Four years after the Reserve Bank of India conducted an asset quality review to flush out bad loans not appropriately classified as non performing assets, the problem of under-reporting has not completely gone away.
At least eight banks have reported divergence in their assessment of gross NPAs versus that of the regulator. These lenders have also reported provision levels below the regulatory requirement.
According to disclosures made to stock exchanges, these eight banks have reported a cumulative divergence of Rs 9,363 crore in bad loan reporting. Of this, Rs 3,277 crore was at private sector lender Yes Bank Ltd. alone. The bank later clarified that most of the accounts found to be in divergence by the RBI were those which the bank had already identified as weak.
To be sure, the extent of divergence as a percentage of reported bad loans was low for most banks. Only Yes Bank reported a divergence of more than 15 percent of the originally reported bad loans.
The practice of disclosing divergence was introduced by the RBI in 2017. At the time the regulator said that divergence in bad loan reporting of more than 15 percent must be disclosed in the notes to accounts. On Nov. 1, the Securities and Exchange Board of India asked banks to disclose this asset quality divergence within 24 hours of receiving the notice from the RBI. The markets regulator termed divergences as material events/information, which demand immediate disclosures by the bank.
That diktat has prompted disclosures from nine banks so far. Since banks receive the RBI’s inspection reports at different points in time, the list of banks that have reported divergences for financial year 2018-19 so far may not be complete.
Along with under-reporting of bad loans, these banks have also reported a divergence in the amount of provisions they chose to set aside compared to what the regulator deemed appropriate.
Cumulatively, provisions fell short by Rs 9,566 crore for the eight banks that reported divergences, an assessment by BloombergQuint showed.
Indian Overseas Bank reported the highest divergence in provisioning against bad loans at Rs 2,262 crore.
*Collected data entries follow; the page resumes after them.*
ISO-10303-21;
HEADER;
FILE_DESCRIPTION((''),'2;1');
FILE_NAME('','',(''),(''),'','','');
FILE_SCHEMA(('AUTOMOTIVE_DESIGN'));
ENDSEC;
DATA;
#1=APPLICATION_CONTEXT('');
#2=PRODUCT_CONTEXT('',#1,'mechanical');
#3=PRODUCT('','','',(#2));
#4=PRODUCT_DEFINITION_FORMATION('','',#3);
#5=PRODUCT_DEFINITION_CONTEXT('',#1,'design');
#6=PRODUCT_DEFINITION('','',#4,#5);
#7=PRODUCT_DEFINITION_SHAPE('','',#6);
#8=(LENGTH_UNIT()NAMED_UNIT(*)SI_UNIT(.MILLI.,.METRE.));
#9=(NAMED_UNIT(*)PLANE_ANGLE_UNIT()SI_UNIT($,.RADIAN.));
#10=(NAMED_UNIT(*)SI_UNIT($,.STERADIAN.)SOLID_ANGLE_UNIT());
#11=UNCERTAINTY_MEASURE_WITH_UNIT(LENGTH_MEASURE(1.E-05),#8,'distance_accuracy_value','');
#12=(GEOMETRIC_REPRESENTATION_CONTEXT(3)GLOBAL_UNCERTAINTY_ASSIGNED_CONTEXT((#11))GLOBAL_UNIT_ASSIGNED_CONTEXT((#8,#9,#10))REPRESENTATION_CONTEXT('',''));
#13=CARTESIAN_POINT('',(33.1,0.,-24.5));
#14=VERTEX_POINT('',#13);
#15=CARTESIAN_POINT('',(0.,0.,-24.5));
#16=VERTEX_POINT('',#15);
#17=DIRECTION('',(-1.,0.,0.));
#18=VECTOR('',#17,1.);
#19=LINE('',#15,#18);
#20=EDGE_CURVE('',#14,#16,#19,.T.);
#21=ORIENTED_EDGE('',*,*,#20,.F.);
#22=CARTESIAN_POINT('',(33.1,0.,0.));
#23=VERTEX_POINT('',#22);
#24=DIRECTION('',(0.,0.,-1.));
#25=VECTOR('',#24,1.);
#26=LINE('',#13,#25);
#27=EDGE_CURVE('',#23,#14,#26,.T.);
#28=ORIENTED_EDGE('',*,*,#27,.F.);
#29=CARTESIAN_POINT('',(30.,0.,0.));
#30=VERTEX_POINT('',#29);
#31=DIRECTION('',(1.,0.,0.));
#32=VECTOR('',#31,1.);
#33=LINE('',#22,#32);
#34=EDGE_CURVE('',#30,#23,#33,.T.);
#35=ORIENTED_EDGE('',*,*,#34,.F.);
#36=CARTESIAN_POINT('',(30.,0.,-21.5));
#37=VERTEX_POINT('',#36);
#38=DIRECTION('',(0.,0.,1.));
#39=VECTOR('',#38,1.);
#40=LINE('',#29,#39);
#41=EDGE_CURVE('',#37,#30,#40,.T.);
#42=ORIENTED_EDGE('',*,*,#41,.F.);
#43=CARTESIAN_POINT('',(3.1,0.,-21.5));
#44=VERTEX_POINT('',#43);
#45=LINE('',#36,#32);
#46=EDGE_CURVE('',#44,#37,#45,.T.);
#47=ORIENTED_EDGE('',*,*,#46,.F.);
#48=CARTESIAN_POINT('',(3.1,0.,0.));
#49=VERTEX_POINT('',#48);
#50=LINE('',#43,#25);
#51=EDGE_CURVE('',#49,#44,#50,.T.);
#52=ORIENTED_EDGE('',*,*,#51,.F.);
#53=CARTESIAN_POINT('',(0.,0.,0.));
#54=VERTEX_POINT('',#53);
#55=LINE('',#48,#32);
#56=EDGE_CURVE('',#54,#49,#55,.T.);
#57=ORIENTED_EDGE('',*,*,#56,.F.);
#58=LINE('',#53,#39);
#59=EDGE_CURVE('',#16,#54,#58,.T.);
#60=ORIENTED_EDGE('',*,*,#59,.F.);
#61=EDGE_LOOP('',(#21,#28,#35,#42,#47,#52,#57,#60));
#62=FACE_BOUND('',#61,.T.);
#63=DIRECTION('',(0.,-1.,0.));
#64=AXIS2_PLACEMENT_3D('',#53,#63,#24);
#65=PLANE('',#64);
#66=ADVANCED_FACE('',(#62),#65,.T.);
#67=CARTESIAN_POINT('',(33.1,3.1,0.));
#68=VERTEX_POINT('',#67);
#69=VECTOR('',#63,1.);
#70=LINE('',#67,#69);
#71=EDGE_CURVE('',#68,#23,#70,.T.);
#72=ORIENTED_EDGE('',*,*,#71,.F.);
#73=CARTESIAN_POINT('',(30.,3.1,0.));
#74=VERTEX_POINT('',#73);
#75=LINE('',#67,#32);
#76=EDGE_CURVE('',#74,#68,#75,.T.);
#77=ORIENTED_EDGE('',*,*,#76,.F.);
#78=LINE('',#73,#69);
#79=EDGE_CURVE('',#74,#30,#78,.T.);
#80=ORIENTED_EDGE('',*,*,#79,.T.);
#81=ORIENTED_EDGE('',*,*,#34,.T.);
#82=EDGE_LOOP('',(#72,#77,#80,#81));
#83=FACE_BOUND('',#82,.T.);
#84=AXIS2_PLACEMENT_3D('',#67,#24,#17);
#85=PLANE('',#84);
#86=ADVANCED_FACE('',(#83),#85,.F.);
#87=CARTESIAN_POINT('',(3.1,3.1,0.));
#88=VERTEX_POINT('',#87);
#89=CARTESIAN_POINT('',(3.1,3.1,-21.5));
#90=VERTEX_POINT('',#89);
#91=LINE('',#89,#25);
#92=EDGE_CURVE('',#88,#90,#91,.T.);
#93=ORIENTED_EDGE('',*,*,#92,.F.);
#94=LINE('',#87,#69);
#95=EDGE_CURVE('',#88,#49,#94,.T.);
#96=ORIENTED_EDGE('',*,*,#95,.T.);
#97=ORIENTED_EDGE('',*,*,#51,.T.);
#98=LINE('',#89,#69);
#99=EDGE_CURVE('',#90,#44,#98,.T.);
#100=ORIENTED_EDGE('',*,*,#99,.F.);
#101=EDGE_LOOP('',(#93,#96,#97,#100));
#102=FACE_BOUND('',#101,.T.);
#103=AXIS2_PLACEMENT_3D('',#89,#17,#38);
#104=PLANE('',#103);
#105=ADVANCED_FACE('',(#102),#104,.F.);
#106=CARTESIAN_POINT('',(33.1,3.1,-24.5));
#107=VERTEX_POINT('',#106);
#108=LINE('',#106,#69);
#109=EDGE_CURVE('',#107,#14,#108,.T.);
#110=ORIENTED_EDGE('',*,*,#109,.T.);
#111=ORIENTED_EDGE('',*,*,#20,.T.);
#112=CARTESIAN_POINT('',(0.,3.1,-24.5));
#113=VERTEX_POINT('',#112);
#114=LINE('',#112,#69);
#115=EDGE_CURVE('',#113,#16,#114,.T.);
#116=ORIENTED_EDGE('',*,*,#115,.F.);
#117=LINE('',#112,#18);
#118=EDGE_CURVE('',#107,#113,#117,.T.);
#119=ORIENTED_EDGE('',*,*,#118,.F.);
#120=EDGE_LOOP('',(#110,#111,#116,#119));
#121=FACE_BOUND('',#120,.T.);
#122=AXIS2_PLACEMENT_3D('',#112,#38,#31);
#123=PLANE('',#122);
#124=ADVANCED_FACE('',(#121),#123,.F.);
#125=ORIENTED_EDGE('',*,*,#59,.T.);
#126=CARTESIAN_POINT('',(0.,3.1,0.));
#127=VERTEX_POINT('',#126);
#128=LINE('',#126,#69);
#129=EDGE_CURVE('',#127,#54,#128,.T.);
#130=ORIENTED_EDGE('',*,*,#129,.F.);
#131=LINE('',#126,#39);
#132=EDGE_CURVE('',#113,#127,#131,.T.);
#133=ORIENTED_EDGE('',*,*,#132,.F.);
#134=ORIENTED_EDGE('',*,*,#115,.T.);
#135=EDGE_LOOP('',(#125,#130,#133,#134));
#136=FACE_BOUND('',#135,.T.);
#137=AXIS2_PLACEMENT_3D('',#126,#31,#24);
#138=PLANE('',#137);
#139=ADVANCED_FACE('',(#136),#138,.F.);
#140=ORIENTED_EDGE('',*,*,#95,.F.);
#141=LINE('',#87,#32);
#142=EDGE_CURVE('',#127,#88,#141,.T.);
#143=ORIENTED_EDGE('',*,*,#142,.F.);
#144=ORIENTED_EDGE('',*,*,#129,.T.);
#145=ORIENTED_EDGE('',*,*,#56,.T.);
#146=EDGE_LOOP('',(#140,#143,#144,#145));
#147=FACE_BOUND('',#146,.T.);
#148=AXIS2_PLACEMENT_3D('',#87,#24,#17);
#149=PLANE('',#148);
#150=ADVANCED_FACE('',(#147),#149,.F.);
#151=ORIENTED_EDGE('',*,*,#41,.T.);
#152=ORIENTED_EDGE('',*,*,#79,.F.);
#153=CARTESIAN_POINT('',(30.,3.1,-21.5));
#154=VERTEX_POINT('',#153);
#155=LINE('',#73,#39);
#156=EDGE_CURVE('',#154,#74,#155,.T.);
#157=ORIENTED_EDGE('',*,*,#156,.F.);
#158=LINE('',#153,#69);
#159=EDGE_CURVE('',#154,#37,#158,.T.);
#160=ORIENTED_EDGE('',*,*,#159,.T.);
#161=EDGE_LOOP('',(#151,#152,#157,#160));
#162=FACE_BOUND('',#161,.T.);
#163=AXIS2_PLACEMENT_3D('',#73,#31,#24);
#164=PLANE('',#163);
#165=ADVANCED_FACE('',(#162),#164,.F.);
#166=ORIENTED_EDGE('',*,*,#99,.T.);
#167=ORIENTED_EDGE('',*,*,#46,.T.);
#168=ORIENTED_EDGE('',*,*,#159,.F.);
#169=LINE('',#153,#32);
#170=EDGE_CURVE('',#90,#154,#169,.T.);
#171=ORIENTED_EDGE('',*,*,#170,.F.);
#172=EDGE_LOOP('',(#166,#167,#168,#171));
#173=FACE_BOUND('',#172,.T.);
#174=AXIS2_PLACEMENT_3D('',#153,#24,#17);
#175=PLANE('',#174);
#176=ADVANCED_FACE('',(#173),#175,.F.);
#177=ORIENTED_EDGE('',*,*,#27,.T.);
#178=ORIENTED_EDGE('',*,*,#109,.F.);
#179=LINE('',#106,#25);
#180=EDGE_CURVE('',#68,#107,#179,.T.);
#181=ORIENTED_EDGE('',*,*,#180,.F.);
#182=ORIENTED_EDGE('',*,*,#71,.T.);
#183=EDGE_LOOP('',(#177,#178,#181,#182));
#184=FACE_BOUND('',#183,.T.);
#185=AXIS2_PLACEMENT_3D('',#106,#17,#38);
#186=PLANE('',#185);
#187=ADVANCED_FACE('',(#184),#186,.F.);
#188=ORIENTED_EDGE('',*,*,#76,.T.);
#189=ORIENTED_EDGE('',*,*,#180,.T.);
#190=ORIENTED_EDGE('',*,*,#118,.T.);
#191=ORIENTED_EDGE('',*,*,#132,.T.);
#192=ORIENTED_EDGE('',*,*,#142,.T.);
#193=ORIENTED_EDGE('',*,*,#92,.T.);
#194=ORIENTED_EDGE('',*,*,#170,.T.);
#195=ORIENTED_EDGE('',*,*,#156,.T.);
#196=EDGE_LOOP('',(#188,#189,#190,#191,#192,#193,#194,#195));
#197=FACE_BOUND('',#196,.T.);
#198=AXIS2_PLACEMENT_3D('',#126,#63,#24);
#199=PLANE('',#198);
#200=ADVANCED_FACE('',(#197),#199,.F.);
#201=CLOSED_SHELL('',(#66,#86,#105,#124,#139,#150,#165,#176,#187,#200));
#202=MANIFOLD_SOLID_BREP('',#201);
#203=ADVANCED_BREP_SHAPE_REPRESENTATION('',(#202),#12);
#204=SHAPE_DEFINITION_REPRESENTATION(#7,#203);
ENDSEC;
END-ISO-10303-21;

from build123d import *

# Parameters (mm, degrees)
BOSS_EXTRUDE1_DEPTH = 3.1


with BuildPart() as part:
    # Sketch1 → Boss-Extrude1 (new body)
    with BuildSketch(Plane(origin=(0, 0, 0), x_dir=(1, 0, 0), z_dir=(0, 1, 0))):
        Polygon((0, 0), (0, 24.5), (33.1, 24.5), (33.1, 0), (30, 0), (30, 21.5), (3.1, 21.5), (3.1, 0), align=None)
    extrude(amount=BOSS_EXTRUDE1_DEPTH)


solid = part.part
Private sector lenders Yes Bank and Lakshmi Vilas Bank Ltd., in their disclosures to the stock exchanges said that in the period since March 2019, they had already started making some of these provisions and the effective impact on future quarterly numbers would be lower.
According to Dhananjay Sinha, head strategist and chief economist at IDFC Securities, the variation in what the RBI considers adequate provisioning and what the bank has made is a difference in judgment.
“To get a clearer understanding of whether a bank has made less provision than necessary, one must look at where the account was at the time of it being classified as NPA. Depending on the way the account was performing, the quality of collateral and ability of the bank to recover its loans, a banker may choose to make a certain amount of provisioning,” Sinha said.
Unless the gross NPA as assessed by the RBI is considerably larger than what the bank has disclosed, investors have understood that this difference in judgement will always exist, he added.
According to Asutosh Mishra, head of research at Ashika Stock Broking, one reason for public sector banks to make lower than expected provisions against bad loans could be the increased glare from tax authorities. Higher provisions would directly result in lowering profits, which could then result in lower tax outgo from the bank.
“In case of private banks where you saw aggressive provisioning against bad loans, there were higher deferred tax liabilities. Public sector banks tend to avoid such liabilities, because it brings too much attention from the authorities,” Mishra said.
To be sure, minimum applicable provisioning on a bad loan is determined by the RBI’s income recognition and asset classification or IRAC norms. In the first year of an account becoming an NPA, banks must maintain 15 percent provision against. This is gradually raised to 100 percent if the account continues to be an NPA for four consecutive years.